11      A circuit court properly exercises its discretion when it examines the relevant facts, applies a proper standard of law, and uses a demonstrated rational process to reach a reasonable conclusion.  Loy v. Bunderson, 107 Wis. 2d 400, 414-15, 320 N.W.2d 175 (1982).  In Dunn v. Fred A. Mikkelson, Inc., 88 Wis. 2d 369, 382, 276 N.W.2d 748 (1979), our supreme court held that:

[F]actors to be considered in assessing attorney fees against a plaintiff in a voluntary dismissal include (1) the utility of the work performed for future proceedings should the plaintiff reinstitute the action; (2) the good faith of the plaintiff; (3) the stage to which the proceedings had progressed; (4) the complexity of the work performed; (5) whether it would result in undue hardship on the plaintiff; and (6) any factors which would result in unique prejudice to the defendant.

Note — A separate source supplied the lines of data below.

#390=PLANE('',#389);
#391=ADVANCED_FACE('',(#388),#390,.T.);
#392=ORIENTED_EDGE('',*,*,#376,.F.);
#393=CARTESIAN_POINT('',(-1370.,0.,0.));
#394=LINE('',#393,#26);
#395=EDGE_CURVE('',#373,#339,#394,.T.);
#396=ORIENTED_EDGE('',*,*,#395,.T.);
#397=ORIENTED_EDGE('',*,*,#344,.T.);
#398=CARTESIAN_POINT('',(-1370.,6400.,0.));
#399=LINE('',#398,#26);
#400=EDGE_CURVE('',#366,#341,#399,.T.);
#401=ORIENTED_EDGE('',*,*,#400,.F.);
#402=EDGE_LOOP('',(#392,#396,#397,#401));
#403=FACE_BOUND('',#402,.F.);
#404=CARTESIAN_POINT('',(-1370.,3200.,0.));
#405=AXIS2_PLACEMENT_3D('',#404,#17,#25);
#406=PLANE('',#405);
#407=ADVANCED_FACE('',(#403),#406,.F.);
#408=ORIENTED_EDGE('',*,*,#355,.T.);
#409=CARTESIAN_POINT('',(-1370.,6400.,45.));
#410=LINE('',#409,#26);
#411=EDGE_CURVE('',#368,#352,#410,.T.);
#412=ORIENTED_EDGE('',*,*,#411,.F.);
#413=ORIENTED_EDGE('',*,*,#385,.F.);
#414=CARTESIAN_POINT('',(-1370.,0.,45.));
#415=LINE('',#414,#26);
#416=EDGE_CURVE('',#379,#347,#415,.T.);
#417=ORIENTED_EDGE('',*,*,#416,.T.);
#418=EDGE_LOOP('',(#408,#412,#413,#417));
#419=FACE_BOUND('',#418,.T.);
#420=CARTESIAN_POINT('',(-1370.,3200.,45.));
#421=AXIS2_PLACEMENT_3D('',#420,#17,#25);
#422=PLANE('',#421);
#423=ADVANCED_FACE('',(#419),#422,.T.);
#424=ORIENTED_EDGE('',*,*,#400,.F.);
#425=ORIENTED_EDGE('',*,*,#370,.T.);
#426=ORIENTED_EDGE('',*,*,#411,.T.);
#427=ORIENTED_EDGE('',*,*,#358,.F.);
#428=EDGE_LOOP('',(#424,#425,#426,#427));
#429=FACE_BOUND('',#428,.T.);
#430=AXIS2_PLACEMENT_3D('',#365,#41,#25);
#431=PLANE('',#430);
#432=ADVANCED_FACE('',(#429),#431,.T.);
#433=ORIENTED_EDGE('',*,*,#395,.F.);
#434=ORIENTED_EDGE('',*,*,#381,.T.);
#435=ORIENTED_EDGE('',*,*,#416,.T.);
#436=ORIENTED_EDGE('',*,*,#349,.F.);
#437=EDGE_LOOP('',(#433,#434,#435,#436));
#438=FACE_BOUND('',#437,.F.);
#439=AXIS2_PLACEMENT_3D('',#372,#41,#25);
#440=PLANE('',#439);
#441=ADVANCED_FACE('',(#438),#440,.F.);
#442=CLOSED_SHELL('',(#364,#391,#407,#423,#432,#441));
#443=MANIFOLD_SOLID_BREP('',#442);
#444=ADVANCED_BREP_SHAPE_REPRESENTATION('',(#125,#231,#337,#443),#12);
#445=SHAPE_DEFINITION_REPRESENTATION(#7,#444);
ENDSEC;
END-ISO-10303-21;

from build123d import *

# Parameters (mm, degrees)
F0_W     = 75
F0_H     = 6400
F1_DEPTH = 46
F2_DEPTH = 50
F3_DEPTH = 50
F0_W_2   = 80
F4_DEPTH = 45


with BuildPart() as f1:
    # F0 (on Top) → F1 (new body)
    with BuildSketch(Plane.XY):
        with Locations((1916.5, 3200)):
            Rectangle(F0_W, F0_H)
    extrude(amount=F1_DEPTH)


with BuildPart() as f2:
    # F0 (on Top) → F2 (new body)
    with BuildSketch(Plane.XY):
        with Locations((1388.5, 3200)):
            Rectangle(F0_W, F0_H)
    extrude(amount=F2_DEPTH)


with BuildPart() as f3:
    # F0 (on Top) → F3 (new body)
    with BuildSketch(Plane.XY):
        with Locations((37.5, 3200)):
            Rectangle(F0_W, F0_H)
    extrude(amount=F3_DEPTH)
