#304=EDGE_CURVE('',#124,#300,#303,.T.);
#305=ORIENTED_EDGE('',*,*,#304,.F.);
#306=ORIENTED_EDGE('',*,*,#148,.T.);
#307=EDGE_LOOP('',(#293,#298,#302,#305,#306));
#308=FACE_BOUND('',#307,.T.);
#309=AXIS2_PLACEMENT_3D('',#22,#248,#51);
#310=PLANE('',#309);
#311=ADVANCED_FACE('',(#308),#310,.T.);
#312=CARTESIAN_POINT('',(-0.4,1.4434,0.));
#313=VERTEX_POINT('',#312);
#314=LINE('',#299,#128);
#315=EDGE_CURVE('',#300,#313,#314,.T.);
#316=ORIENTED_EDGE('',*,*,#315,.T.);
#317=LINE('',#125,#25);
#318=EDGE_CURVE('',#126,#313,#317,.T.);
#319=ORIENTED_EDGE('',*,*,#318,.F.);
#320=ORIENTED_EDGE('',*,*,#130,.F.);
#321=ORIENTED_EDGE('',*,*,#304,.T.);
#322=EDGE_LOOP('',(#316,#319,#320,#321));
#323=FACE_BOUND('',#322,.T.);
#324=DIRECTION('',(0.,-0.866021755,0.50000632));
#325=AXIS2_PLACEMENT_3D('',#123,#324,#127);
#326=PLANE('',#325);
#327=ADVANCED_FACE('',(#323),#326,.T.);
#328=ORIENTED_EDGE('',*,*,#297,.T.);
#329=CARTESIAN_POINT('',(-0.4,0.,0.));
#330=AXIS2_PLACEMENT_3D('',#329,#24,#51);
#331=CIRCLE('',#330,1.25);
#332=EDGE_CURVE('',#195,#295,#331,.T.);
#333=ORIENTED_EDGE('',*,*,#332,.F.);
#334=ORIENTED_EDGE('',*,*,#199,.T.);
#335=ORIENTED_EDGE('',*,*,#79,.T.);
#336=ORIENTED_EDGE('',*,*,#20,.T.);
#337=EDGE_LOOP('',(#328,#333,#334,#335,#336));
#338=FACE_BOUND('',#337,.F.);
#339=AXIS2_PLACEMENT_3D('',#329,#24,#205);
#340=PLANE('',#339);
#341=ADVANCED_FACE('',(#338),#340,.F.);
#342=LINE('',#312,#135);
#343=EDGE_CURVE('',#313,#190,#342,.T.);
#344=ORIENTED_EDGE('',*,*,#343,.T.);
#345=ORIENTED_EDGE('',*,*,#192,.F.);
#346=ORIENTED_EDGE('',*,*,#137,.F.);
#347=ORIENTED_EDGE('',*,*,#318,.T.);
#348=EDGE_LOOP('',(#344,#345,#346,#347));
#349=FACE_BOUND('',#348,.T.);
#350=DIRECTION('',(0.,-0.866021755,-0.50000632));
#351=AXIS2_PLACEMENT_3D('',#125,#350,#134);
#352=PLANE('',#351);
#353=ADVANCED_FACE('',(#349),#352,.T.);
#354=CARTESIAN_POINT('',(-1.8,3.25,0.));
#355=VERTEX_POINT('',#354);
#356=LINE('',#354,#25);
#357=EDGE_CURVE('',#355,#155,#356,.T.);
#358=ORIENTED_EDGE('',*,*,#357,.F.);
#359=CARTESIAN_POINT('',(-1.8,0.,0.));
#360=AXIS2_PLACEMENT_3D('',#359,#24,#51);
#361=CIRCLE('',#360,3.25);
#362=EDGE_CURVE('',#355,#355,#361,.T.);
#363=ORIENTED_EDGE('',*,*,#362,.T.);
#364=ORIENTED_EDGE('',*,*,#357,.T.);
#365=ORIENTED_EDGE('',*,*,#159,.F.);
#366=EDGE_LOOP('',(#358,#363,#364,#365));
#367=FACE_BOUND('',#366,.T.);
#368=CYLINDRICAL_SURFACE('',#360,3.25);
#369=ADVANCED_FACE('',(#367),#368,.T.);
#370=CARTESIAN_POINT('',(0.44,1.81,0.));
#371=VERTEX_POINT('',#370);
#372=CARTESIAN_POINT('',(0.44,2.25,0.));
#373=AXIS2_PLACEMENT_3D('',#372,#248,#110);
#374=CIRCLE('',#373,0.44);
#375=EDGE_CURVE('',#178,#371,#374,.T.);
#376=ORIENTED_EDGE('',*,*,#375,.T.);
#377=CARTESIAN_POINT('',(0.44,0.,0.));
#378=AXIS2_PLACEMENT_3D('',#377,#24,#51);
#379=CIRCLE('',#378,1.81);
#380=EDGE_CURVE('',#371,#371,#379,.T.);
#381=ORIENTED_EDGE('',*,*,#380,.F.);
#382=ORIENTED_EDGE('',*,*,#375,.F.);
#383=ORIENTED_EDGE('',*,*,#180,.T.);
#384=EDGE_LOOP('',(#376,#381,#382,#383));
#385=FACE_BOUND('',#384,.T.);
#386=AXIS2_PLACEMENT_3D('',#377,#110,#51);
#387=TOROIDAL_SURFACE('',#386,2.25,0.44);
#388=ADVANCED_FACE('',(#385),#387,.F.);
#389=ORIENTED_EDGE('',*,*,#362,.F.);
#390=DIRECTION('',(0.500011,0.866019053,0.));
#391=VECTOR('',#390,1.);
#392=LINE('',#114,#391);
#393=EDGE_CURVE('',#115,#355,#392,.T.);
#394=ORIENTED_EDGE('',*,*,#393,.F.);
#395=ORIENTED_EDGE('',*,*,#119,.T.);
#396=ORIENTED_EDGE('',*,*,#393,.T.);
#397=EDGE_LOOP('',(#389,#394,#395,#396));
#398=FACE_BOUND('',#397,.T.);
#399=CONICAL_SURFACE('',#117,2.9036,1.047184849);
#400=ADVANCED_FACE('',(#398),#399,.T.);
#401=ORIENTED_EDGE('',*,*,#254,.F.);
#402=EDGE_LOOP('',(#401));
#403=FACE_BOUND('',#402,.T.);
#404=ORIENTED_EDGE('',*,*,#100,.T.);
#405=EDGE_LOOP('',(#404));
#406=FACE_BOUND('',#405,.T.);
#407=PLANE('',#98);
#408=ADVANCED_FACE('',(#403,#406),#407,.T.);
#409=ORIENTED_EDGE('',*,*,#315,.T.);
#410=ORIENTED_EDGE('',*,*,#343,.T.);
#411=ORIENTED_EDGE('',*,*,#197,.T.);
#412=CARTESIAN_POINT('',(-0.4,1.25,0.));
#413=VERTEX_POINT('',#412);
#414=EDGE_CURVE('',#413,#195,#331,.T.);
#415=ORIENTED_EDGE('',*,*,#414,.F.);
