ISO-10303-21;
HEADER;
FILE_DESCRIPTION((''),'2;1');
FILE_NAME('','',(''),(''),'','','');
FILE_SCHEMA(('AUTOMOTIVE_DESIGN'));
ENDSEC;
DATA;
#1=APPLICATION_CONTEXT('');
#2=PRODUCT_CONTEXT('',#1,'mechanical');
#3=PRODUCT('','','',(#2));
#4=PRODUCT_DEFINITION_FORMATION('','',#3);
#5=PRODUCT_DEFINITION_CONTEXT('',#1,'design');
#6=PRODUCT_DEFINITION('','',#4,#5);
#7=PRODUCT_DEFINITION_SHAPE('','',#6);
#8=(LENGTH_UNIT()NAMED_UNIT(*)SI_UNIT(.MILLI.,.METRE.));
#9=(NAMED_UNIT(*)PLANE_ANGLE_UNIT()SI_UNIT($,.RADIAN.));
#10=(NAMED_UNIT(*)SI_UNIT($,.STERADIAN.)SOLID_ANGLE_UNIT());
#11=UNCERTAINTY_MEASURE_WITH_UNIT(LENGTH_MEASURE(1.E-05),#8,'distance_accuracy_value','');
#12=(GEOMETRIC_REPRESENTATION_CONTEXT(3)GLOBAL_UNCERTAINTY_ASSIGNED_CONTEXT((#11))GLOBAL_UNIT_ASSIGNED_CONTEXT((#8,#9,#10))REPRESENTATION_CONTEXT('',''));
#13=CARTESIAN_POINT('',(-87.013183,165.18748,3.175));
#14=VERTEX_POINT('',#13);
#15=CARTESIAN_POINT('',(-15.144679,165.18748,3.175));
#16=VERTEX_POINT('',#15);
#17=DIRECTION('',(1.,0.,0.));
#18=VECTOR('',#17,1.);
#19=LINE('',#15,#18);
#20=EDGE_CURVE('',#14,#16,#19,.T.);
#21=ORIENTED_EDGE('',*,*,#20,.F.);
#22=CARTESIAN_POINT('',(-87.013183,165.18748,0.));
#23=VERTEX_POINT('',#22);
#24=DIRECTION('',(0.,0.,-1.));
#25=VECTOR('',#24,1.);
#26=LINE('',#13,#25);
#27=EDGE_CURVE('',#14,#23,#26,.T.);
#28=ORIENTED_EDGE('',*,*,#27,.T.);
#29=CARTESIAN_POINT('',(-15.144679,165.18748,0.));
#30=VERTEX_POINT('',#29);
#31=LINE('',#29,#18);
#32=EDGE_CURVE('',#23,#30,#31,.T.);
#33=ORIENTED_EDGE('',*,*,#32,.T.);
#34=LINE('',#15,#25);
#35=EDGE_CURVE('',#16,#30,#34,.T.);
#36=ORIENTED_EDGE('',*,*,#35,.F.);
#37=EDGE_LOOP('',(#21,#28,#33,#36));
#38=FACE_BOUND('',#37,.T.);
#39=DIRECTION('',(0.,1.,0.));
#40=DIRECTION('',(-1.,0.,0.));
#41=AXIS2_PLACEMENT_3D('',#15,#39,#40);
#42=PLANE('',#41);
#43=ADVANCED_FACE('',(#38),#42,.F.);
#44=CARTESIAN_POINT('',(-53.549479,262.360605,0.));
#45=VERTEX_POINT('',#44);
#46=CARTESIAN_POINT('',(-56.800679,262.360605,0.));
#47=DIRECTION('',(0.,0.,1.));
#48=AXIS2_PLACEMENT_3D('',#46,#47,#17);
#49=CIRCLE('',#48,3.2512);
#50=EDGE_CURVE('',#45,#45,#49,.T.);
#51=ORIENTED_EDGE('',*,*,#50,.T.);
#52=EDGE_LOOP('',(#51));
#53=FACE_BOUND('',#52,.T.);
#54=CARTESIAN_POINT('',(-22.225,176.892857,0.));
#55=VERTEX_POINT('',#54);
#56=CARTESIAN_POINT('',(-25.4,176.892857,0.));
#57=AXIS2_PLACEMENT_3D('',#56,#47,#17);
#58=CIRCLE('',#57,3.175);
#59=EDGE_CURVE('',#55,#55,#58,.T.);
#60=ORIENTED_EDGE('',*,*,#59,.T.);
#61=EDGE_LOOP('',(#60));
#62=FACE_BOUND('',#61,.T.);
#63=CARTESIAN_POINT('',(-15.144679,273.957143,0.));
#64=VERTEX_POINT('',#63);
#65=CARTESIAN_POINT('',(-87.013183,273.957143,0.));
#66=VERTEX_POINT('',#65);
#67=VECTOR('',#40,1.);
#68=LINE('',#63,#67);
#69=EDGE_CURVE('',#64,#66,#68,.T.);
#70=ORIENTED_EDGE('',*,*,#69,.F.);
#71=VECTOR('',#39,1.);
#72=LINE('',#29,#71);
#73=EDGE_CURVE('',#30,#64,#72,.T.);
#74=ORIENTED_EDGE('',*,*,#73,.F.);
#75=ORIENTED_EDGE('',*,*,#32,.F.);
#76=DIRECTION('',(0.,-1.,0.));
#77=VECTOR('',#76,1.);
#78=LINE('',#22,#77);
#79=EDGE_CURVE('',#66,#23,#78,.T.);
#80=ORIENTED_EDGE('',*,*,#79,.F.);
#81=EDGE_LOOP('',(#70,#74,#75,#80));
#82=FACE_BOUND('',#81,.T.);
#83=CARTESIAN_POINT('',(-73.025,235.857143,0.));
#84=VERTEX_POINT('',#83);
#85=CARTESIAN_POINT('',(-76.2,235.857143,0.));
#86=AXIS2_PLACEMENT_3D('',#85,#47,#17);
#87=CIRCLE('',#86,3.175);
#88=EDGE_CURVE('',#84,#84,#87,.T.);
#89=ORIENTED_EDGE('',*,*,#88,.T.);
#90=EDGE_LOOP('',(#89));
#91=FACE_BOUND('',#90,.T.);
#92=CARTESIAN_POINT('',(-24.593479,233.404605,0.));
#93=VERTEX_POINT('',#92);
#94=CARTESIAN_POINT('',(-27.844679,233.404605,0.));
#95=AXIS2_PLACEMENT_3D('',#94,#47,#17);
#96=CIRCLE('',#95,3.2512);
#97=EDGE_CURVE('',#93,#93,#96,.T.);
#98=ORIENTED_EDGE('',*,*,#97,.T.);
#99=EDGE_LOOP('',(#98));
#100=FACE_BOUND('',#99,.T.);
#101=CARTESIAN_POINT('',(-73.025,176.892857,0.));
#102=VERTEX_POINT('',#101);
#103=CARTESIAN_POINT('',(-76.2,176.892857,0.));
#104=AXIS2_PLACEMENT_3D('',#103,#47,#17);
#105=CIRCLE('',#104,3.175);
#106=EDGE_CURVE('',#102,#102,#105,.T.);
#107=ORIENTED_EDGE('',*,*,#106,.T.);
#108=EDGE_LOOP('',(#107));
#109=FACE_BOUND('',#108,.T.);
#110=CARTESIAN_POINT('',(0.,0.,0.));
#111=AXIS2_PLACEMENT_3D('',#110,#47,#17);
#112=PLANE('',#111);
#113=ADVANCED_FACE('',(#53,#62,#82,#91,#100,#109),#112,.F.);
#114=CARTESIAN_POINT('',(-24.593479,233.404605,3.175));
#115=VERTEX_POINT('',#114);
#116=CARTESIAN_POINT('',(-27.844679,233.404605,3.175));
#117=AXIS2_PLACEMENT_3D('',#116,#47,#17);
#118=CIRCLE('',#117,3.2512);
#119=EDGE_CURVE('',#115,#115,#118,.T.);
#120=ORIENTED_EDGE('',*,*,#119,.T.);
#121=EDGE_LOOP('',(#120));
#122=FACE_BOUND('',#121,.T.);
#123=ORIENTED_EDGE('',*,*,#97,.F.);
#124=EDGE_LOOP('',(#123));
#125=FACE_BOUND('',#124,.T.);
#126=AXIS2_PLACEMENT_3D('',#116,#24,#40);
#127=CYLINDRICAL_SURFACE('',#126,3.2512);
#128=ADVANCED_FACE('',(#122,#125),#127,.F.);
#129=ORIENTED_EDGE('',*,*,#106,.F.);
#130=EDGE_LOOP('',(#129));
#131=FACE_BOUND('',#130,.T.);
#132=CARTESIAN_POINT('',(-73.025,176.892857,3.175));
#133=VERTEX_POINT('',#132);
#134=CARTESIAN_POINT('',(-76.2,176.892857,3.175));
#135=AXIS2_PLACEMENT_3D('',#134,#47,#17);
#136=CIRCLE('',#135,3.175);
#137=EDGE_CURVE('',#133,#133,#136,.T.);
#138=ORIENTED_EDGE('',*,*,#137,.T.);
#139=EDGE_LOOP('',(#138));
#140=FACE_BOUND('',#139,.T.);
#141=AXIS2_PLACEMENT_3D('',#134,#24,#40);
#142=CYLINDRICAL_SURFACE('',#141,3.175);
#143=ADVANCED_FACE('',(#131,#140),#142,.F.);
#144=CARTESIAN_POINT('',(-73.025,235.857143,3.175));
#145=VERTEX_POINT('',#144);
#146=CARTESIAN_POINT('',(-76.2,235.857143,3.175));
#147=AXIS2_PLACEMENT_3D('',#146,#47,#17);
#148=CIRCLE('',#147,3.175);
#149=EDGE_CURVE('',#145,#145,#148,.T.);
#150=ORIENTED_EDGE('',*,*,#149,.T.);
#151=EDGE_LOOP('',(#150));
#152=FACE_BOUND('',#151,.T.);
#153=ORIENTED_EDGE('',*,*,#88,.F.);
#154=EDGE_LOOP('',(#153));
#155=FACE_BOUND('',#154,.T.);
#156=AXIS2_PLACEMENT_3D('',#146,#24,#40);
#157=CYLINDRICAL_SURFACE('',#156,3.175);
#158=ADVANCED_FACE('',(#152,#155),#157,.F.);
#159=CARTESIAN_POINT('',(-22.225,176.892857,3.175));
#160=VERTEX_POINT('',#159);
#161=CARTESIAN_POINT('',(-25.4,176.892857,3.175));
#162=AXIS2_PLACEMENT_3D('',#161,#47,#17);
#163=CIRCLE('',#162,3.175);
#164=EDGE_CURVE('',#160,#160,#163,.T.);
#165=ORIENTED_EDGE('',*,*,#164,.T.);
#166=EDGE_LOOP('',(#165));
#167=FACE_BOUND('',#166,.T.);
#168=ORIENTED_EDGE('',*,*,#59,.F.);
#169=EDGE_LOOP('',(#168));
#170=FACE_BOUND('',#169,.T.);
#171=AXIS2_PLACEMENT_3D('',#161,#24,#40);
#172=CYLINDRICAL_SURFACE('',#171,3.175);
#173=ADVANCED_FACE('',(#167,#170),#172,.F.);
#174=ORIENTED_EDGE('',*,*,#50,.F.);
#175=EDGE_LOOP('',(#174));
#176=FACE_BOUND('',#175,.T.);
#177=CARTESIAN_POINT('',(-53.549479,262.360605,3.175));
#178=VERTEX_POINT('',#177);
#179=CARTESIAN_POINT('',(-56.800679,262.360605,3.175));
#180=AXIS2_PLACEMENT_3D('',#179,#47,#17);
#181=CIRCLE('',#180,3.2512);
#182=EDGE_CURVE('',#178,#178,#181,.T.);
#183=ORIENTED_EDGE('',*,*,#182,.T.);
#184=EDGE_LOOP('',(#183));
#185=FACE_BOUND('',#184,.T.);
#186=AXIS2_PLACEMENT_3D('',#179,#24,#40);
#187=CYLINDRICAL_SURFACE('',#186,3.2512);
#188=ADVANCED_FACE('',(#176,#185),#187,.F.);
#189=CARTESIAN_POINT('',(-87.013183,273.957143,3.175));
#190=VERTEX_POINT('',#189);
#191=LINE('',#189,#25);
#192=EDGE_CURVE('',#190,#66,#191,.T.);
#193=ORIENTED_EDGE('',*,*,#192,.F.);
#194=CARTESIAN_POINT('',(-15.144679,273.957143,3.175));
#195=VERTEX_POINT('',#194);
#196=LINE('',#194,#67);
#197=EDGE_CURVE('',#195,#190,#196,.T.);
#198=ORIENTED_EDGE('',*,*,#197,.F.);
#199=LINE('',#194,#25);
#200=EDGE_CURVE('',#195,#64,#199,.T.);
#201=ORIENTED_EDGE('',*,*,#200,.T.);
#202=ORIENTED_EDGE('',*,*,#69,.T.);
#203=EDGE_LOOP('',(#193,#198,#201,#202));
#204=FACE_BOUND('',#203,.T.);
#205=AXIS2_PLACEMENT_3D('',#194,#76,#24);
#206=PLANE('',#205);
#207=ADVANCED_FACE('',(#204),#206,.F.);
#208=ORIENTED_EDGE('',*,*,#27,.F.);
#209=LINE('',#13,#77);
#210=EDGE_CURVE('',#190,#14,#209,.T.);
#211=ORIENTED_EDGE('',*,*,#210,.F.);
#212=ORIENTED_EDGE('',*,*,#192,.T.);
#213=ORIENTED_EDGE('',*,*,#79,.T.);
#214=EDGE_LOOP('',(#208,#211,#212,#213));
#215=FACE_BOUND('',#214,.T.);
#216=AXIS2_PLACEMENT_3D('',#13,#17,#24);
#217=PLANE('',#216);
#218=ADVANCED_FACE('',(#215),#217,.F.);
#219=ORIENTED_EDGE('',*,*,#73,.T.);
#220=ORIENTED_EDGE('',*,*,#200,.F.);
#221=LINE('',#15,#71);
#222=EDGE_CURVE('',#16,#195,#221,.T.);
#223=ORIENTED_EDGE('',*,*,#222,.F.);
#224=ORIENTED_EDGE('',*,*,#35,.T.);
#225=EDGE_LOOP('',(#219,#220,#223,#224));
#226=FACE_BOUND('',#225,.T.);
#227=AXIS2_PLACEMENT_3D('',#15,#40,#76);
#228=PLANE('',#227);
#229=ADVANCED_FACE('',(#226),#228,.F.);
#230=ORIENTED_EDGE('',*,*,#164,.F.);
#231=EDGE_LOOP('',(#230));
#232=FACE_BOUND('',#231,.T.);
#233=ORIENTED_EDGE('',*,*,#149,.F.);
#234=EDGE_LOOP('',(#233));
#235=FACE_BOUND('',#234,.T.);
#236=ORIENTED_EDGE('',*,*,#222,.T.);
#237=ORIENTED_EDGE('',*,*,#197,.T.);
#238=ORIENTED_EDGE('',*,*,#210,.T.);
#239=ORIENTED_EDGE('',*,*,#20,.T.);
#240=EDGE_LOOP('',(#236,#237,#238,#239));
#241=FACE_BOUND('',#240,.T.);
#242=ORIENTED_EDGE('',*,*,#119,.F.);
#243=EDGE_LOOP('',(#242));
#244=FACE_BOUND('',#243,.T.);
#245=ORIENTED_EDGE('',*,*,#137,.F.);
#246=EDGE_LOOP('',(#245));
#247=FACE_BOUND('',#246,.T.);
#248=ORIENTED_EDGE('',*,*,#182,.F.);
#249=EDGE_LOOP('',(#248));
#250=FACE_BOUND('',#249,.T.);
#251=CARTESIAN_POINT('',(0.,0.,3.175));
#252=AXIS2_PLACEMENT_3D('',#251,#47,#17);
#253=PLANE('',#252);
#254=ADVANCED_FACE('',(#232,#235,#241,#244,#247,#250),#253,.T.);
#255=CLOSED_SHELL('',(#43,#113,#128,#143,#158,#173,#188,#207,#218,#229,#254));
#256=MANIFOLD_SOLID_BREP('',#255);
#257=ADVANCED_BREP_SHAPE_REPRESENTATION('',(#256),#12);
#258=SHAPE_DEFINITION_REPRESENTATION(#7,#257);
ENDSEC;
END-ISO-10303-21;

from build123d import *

# Parameters (mm, degrees)
SKETCH1_W           = 71.868504438
SKETCH1_H           = 108.769662743
SKETCH1_R           = 3.175
SKETCH1_R_2         = 3.2512
BOSS_EXTRUDE1_DEPTH = 3.175


with BuildPart() as part:
    # Sketch1 → Boss-Extrude1 (new body)
    with BuildSketch(Plane.XY):
        with Locations((-51.078931076, 219.572311485)):
            Rectangle(SKETCH1_W, SKETCH1_H)
        with Locations((-25.4, 176.892857143)):
            Circle(SKETCH1_R, mode=Mode.SUBTRACT)
        with Locations((-76.2, 176.892857143)):
            Circle(SKETCH1_R, mode=Mode.SUBTRACT)
        with Locations((-27.844678857, 233.404604576)):
            Circle(SKETCH1_R_2, mode=Mode.SUBTRACT)
        with Locations((-56.800678857, 262.360604576)):
            Circle(SKETCH1_R_2, mode=Mode.SUBTRACT)
        with Locations((-76.2, 235.857142857)):
            Circle(SKETCH1_R, mode=Mode.SUBTRACT)
    extrude(amount=BOSS_EXTRUDE1_DEPTH)


solid = part.part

12      Lunemann contends the court erroneously exercised its discretion by failing to demonstrate it considered these factors.  We agree.  While both parties argued the relevant factors, the court gave no consideration to them on the record or in its written order.  Because the record does not demonstrate the court considered the relevant facts and applied the appropriate law to reach a reasonable conclusion, see Loy, 107 Wis. 2d at 414-15, we conclude the court erroneously exercised its discretion when denying attorney fees under Wis. Stat. § 805.04(2).  On remand, the court should reconsider whether to award attorney fees and costs under § 805.04(2) in light of the factors stated in Dunn.

            By the Court.—Order reversed and cause remanded with directions.

            This opinion will not be published.  See Wis. Stat Rule 809.23(1)(b)4.

 

 


 



[1]  This appeal is decided by one judge pursuant to Wis. Stat. § 752.31(2).  This is an expedited appeal under Wis. Stat. Rule 809.17.  All references to the Wisconsin Statutes are to the 2007-08 version unless otherwise noted.

[2]  As an additional alternative basis, Lunemann sought fees and costs under Wis. Stat. § 814.07.  However, he does not assert that statute as a basis for fees and costs on appeal.